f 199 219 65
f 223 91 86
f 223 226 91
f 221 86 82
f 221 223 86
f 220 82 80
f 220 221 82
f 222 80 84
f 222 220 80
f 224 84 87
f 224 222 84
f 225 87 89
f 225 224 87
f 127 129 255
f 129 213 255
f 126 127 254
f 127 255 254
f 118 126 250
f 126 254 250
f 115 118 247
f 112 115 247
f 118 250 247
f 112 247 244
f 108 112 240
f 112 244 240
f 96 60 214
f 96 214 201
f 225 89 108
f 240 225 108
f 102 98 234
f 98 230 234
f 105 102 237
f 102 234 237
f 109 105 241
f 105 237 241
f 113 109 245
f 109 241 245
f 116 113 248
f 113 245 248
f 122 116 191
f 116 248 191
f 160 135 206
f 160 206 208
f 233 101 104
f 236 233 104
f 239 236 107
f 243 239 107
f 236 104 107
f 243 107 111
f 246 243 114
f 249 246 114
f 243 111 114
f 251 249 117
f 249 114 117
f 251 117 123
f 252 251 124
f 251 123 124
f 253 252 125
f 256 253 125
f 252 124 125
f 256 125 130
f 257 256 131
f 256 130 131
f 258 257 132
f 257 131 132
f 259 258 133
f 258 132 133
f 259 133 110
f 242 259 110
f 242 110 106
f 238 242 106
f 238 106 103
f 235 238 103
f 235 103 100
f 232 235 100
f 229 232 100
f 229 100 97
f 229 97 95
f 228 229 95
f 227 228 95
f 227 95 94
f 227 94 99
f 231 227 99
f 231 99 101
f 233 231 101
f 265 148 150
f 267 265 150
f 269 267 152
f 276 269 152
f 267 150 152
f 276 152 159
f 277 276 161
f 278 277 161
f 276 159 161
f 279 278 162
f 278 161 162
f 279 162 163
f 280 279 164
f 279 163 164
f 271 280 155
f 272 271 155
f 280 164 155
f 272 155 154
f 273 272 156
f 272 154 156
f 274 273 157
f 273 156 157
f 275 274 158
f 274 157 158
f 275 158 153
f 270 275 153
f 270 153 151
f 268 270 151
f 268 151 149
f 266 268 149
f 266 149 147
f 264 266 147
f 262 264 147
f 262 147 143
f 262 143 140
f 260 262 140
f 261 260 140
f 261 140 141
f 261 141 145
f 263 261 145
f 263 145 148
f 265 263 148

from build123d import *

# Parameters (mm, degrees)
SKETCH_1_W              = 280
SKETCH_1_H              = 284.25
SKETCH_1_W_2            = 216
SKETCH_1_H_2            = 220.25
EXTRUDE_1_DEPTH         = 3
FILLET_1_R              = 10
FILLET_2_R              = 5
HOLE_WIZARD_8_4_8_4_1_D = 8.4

*Required work:* Please give back exactly the lines of this listing beginning at the line with "f 220 221 82" and ending with the line with "f 116 248 191", both included, and nothing else.

*Your response:*
f 220 221 82
f 222 80 84
f 222 220 80
f 224 84 87
f 224 222 84
f 225 87 89
f 225 224 87
f 127 129 255
f 129 213 255
f 126 127 254
f 127 255 254
f 118 126 250
f 126 254 250
f 115 118 247
f 112 115 247
f 118 250 247
f 112 247 244
f 108 112 240
f 112 244 240
f 96 60 214
f 96 214 201
f 225 89 108
f 240 225 108
f 102 98 234
f 98 230 234
f 105 102 237
f 102 234 237
f 109 105 241
f 105 237 241
f 113 109 245
f 109 241 245
f 116 113 248
f 113 245 248
f 122 116 191
f 116 248 191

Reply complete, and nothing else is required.